The Pulpit Speaks: September 7, 1957

The Pulpit SpeaksAn article written by my father, the Rev. C. Thomas Paige, as it appeared in the Tri-State Defender on the date shown.

The parable of the Prodigal Son ends, as far as the son is concerned, with a great feast prepared by his father. But does it actually end there?

It might be a good thing if life could end for many of us at its pinnacle but, unfortunately, life goes on far beyond that and man finds himself constantly tormented with the phrase “I knew him when.”

Ofttimes I bring up the name of someone in my conversations and I am reminded by some oldster of the community that “I knew him when.” Oh yes, irrespective of how high a person goes in life, there is someone there who, by some stroke of fortune, did not arrive at the same point and can always nourish some evil deed he did and at a moment of highest praise, gets great joy in saying, “Oh yes, he is somebody now but I knew him when.”


A few days ago I was talking about a lady who is well thought of in this community. I was quickly reminded that she has not always been the type of person she is now. I feel quite sure that people, being what they are and no doubt what they were in the days of the Prodigal, constantly reminded him of the time when he ate at the pig trough.

The Prodigal Son could have become an outstanding doctor, lawyer, or minister but his life was no doubt always tinted with the idea “I knew you when.” I wonder of the ability to forget is not a definite index to our religion. I wonder if those people who are so prone to remember those things that people did in some unfortunate moment is not a good index to exactly how much religion we have.


I remember in my church at home we had a lady who came to our church and joined the Christians therein. From all evidence, she was sincere in her motive. Somewhere down life’s highway, she had encountered a razor and a very bad scar was left on her face. She applied for membership in one of the organizations of the church. One of the ladies of the church, a lady for whom I had great respect, went about canvassing immediately that she did not want her in this organization because she had the scar on her face.

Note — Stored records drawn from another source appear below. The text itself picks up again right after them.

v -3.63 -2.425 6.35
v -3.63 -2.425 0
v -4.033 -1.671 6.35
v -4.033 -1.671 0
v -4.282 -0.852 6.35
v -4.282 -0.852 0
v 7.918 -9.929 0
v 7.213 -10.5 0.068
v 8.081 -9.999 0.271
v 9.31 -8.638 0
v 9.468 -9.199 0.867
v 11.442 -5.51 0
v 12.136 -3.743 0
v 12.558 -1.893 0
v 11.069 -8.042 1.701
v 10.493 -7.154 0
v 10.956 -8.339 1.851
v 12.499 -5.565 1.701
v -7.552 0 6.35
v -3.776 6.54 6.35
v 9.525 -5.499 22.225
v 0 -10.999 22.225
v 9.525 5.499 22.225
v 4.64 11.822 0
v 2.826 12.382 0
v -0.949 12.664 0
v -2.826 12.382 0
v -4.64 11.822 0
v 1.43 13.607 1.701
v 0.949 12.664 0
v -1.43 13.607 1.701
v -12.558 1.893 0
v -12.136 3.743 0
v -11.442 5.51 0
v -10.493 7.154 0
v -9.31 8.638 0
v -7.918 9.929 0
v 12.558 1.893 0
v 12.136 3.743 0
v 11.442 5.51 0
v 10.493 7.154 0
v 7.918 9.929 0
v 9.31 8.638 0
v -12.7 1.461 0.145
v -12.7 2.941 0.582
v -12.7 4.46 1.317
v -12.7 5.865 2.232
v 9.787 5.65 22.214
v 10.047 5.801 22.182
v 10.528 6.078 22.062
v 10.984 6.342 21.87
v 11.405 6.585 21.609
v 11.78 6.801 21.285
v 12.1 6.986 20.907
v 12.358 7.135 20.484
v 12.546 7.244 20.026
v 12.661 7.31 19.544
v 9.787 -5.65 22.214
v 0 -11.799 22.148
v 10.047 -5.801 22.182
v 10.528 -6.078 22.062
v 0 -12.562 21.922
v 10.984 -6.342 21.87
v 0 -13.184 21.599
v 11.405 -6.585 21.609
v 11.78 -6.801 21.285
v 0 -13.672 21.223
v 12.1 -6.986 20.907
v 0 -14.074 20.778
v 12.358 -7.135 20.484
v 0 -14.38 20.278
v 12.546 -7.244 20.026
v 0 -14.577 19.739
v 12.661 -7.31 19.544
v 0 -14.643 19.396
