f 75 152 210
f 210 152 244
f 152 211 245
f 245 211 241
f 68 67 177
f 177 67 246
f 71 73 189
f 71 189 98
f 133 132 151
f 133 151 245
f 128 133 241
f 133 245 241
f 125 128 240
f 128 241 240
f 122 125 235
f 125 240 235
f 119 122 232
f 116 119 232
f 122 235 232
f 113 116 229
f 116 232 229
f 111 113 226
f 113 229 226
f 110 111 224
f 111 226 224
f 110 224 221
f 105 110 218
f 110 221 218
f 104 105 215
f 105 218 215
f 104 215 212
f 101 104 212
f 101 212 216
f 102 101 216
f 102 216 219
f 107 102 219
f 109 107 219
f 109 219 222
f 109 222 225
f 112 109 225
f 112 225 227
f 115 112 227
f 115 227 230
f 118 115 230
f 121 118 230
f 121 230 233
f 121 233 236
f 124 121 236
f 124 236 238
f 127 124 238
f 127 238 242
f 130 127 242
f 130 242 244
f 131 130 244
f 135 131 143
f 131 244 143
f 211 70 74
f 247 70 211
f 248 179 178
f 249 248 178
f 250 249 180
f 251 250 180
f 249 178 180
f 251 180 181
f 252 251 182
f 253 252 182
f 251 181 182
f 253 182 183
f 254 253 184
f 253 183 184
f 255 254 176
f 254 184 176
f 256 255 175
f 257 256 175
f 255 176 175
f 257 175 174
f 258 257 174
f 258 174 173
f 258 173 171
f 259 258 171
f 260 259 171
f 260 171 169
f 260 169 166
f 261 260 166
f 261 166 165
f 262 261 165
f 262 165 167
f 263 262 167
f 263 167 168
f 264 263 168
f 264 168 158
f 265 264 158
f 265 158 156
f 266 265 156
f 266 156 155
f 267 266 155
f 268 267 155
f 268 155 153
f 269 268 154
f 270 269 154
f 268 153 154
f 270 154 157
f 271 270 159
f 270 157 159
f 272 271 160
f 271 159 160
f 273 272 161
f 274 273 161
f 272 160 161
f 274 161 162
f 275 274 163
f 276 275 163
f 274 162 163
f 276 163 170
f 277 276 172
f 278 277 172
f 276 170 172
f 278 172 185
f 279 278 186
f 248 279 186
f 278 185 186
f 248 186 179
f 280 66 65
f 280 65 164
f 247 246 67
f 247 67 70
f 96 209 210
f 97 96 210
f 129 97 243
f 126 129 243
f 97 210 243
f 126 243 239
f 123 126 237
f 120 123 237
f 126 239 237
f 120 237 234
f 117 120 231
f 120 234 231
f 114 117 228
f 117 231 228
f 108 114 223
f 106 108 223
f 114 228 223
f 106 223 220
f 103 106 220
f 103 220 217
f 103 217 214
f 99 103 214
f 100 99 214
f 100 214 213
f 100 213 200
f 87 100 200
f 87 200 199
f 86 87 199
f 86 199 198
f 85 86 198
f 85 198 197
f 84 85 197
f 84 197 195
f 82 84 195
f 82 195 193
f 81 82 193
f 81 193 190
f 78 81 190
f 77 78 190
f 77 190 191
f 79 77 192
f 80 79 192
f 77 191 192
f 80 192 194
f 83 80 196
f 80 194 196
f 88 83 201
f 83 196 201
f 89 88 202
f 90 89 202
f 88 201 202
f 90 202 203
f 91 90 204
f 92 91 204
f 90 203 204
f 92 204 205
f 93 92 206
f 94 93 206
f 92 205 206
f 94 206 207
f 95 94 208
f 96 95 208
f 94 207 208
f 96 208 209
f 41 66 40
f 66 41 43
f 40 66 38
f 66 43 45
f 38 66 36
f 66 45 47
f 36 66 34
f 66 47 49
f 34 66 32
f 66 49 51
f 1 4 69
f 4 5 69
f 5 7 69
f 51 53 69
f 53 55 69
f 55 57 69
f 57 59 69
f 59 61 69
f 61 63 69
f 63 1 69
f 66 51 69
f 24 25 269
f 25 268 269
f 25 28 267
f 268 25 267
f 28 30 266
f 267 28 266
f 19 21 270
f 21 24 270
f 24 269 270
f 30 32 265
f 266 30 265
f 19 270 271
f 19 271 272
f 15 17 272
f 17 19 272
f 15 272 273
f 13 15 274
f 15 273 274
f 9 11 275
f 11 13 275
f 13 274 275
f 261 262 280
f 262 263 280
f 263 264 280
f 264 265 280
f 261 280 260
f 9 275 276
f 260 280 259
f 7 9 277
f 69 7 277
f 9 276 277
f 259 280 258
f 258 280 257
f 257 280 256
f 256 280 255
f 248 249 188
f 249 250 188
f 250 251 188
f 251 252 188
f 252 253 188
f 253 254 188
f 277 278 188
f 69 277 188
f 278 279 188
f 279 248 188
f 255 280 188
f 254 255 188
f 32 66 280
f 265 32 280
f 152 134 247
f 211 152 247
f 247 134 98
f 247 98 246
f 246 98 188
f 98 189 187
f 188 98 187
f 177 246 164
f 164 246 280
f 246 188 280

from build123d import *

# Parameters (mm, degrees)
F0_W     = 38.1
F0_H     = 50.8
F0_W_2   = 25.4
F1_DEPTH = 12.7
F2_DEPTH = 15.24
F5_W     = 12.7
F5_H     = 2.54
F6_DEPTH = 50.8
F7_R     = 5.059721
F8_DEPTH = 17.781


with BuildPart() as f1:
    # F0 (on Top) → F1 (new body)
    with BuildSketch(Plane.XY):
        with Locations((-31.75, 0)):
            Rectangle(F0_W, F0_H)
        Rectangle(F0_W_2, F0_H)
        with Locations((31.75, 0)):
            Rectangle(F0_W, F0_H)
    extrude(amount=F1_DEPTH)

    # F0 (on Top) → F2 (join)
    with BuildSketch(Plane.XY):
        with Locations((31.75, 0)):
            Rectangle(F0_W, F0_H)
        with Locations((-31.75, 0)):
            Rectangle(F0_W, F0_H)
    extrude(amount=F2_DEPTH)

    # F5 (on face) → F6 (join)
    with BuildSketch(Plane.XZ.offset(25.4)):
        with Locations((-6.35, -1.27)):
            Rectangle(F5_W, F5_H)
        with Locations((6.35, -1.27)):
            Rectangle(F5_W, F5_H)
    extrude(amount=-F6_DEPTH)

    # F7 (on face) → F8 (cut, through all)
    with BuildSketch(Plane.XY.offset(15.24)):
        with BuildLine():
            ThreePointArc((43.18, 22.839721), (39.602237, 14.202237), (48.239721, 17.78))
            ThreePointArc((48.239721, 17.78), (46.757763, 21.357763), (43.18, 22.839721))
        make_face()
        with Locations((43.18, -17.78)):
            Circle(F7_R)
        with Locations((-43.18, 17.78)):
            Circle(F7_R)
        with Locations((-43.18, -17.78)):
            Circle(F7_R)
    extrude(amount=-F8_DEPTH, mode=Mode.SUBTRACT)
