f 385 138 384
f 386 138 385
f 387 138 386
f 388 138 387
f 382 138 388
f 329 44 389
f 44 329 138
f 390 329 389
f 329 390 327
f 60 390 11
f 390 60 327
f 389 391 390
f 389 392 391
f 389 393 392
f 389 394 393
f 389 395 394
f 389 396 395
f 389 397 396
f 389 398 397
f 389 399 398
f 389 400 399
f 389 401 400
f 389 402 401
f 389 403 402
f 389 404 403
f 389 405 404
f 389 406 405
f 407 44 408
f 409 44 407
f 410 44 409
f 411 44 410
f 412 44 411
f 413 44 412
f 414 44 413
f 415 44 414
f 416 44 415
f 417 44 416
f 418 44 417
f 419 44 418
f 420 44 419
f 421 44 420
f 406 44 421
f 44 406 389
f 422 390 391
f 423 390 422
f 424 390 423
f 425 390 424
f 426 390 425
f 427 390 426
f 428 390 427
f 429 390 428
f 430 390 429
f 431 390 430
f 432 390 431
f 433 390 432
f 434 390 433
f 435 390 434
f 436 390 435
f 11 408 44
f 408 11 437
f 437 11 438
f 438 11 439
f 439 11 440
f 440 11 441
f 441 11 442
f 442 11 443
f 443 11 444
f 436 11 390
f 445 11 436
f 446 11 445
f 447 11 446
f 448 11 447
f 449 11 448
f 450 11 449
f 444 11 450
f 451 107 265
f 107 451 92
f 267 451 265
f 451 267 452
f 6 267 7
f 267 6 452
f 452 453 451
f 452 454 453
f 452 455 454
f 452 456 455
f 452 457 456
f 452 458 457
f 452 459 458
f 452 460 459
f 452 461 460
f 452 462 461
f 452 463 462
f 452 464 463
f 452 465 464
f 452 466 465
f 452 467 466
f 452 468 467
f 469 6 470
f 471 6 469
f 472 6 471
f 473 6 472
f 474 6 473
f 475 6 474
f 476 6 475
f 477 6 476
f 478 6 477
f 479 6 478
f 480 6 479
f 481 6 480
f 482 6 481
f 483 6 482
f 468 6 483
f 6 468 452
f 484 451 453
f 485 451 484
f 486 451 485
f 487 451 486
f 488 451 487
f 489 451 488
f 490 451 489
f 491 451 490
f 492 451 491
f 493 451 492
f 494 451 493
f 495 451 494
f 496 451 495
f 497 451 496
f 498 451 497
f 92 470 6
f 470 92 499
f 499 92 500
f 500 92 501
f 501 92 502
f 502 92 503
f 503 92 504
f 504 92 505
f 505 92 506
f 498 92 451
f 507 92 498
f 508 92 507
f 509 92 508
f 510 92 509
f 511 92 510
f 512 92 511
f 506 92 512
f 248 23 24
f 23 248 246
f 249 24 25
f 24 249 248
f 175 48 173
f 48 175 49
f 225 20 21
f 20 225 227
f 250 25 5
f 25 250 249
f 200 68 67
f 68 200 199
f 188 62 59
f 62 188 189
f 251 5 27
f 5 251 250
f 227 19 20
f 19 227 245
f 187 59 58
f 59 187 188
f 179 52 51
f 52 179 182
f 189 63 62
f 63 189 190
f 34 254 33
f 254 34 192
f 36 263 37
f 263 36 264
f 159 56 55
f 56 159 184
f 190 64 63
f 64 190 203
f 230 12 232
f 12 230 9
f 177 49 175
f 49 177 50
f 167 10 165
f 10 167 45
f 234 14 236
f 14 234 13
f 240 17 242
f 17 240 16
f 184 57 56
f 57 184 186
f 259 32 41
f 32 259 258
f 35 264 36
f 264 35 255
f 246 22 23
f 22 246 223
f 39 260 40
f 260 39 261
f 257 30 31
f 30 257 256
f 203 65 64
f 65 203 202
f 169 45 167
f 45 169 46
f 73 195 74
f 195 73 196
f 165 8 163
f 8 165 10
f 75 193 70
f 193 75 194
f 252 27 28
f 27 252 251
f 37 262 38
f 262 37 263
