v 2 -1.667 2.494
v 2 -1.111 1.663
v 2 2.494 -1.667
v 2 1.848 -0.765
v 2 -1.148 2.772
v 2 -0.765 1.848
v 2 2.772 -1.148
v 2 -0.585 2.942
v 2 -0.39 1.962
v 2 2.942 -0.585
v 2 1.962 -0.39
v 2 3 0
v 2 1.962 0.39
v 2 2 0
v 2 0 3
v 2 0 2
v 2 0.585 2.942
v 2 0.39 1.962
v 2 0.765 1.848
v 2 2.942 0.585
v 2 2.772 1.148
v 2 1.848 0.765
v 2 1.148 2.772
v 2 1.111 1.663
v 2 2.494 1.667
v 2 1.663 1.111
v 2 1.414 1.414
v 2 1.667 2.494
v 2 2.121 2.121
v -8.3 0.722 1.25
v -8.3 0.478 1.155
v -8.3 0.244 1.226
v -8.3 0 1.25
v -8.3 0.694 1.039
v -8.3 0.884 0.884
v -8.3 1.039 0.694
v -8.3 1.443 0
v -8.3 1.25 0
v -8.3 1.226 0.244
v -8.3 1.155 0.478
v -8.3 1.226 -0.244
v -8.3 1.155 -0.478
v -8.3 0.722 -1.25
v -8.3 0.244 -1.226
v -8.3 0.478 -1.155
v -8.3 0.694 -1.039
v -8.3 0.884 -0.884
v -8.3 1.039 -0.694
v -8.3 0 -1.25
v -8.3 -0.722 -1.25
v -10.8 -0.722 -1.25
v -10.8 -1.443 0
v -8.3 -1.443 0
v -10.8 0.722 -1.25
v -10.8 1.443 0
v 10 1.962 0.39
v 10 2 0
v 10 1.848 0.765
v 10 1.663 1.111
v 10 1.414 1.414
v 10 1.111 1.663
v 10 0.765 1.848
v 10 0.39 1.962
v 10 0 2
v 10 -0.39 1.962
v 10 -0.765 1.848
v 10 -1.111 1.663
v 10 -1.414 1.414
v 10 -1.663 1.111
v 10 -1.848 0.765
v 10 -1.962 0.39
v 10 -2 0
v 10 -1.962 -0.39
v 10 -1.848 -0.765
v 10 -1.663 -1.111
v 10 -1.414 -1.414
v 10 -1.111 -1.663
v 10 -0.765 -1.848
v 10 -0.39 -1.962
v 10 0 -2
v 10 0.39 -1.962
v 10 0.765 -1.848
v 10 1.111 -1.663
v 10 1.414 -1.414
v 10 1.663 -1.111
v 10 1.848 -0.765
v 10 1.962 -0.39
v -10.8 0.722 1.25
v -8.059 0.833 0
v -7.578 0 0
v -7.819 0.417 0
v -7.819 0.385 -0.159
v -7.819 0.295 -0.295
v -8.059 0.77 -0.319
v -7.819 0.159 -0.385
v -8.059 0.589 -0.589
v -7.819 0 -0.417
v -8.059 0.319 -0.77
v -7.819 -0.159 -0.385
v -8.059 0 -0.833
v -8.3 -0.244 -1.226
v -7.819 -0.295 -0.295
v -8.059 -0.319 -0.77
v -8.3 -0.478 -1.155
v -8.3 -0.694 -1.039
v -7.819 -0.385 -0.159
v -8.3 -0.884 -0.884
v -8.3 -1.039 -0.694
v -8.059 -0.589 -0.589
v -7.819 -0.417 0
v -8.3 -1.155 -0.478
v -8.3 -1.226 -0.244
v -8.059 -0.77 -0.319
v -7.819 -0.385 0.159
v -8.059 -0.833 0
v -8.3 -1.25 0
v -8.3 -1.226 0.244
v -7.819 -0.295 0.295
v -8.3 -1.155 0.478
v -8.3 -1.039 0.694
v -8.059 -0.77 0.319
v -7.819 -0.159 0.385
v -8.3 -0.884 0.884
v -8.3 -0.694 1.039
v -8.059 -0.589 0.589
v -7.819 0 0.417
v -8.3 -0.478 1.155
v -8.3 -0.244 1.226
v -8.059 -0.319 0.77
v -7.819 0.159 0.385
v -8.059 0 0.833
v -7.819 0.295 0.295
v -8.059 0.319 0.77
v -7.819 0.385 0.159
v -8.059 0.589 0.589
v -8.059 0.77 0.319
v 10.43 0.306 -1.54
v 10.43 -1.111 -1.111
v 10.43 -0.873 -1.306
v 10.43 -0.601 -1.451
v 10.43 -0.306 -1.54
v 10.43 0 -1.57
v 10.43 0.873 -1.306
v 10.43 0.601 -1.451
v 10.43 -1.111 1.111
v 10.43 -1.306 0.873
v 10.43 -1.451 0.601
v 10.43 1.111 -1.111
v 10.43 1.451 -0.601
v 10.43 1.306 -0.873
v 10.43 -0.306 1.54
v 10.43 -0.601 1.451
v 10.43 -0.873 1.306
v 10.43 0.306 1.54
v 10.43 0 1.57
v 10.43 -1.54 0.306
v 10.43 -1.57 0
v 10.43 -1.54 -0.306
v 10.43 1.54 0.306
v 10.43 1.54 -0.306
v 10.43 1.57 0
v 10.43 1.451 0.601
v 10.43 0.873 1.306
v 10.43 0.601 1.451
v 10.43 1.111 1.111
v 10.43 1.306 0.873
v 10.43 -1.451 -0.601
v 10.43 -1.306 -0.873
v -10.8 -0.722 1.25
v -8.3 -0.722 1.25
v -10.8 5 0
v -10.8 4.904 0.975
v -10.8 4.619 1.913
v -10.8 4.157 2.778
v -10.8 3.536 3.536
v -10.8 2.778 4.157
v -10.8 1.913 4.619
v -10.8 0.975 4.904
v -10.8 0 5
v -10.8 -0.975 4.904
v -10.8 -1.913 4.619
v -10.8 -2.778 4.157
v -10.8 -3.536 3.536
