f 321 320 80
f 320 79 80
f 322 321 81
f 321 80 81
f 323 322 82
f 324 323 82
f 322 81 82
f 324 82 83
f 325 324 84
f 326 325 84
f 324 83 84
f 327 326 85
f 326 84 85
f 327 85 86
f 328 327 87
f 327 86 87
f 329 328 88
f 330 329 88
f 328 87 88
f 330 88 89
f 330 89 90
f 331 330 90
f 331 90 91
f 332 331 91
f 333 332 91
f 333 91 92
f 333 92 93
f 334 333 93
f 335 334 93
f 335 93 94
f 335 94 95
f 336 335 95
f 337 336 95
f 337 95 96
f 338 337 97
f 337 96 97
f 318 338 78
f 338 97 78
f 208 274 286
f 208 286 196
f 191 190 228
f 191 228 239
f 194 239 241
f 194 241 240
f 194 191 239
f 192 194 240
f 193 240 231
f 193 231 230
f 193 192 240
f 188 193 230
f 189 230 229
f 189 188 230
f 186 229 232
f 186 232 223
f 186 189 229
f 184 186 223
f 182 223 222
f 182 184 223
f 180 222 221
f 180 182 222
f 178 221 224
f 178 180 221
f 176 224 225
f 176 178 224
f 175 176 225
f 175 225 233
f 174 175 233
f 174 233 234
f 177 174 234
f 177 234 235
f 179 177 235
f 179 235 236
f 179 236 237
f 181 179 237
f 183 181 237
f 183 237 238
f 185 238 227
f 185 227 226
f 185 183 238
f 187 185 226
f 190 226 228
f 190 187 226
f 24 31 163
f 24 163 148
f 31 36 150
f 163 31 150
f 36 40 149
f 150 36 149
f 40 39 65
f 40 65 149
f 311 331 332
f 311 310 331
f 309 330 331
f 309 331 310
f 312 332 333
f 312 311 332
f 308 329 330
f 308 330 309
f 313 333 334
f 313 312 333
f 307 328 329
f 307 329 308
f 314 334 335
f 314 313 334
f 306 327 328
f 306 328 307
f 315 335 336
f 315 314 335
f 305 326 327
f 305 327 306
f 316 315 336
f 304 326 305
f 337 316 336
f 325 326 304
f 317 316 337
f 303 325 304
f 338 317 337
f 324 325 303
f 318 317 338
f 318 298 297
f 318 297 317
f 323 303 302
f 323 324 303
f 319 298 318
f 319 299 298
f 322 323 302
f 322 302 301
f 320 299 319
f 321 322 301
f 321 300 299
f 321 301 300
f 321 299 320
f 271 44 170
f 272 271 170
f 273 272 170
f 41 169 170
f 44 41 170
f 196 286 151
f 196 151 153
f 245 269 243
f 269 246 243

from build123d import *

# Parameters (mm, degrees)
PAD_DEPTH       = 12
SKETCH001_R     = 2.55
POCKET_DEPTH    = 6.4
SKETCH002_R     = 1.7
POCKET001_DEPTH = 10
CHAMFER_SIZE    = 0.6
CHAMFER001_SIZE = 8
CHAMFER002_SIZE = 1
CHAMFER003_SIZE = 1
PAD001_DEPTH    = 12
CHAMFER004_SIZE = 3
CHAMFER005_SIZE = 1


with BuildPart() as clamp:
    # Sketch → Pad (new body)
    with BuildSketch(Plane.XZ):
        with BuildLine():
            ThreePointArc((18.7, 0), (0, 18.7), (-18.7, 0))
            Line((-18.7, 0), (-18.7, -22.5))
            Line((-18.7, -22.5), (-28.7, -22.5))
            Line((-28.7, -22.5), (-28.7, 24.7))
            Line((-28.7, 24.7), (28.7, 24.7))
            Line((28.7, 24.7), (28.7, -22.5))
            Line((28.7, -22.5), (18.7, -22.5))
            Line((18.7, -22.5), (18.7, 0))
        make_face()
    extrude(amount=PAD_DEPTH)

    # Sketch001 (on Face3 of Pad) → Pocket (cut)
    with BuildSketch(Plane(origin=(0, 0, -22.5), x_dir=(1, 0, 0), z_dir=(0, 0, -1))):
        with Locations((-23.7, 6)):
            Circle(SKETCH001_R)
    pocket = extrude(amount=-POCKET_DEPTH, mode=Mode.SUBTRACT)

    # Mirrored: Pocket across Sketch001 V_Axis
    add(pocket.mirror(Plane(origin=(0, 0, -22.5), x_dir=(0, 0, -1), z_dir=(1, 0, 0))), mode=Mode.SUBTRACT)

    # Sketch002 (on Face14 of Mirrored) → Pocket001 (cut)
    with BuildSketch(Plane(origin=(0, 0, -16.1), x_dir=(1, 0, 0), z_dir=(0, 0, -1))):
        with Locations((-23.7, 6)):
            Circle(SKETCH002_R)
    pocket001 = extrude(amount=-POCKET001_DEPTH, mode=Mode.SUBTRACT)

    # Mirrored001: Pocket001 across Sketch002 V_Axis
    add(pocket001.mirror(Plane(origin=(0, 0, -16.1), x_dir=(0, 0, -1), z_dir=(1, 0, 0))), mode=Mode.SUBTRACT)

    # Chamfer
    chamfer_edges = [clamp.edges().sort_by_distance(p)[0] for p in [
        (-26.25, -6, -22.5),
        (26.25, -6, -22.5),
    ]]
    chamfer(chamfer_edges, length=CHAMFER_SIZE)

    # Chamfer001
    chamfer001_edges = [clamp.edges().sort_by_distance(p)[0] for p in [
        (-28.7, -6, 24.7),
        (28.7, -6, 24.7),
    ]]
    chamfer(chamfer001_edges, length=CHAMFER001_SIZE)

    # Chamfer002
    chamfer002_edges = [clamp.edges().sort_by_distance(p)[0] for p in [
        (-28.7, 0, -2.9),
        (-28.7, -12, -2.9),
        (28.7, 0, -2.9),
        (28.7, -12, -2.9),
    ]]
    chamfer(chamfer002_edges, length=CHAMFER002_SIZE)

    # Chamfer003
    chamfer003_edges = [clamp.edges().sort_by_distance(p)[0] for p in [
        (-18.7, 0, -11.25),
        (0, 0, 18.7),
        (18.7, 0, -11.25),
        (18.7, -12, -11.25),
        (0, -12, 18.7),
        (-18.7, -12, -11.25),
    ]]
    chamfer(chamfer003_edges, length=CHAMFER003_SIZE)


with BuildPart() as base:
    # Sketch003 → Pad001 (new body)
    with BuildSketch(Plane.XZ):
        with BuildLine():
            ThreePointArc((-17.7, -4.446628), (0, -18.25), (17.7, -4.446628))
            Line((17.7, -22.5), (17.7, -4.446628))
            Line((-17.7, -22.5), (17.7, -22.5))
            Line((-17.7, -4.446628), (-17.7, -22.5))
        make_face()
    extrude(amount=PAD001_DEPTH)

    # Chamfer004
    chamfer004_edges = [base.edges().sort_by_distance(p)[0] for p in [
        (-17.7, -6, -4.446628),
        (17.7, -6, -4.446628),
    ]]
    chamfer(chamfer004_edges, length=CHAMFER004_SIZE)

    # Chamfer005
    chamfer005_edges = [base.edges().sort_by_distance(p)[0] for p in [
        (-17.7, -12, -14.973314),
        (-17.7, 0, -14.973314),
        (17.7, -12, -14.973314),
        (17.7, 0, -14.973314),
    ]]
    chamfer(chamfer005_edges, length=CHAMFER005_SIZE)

I don’t know what the circumstances were surrounding her getting this scar but I was, and still am, of the opinion that because she had made up her mind to join the church and make a new start in life, I should have been the first one to give her a chance to prove that she was sincere in her motives. Many times we are too prone by our own goodness to judge everyone by the fortunate circumstances through which we have come.

Yes, many of us do not have razor scars on our faces but it is not because we have failed to deserve it or because we have lived so righteously. Sometimes we should examine the reason behind certain scars and then we would not be so prone to judge so critically.


I know a man who has lost one of his ears. From all outward appearances it looks as if someone cut off that ear with a dull knife. But when I listened to his story of how it actually happened, it brought tears of joy unto my eyes that a man would go through so much for the life of someone else.

He walks the streets maimed for life because he chose to risk his life for an innocent child who was in the pathway of an oncoming automobile. Maybe someone in the community can look back into the distant past and say, “I knew him when” but as time rolls on, his deed becomes more and more meaningful.


If sometimes we could look behind the dismal looks on the faces of people or their apparent inattentiveness, we would have a different outlook on appraising them. But there is something in most of us that always makes us look at the worse in each individual with whom we come in contact. It is my deep seated opinion that being a Christian should make us have a different outlook on life altogether. One of the things that strikes me most about Jesus is the fact that he always saw something good in everyone with whom he had contact.

We, being Christians — Christ-like — should be of the same frame of mind. We must learn to see beyond the scars, the mistakes, the emotional upheavals, and instead see a person fit for the kingdom of God.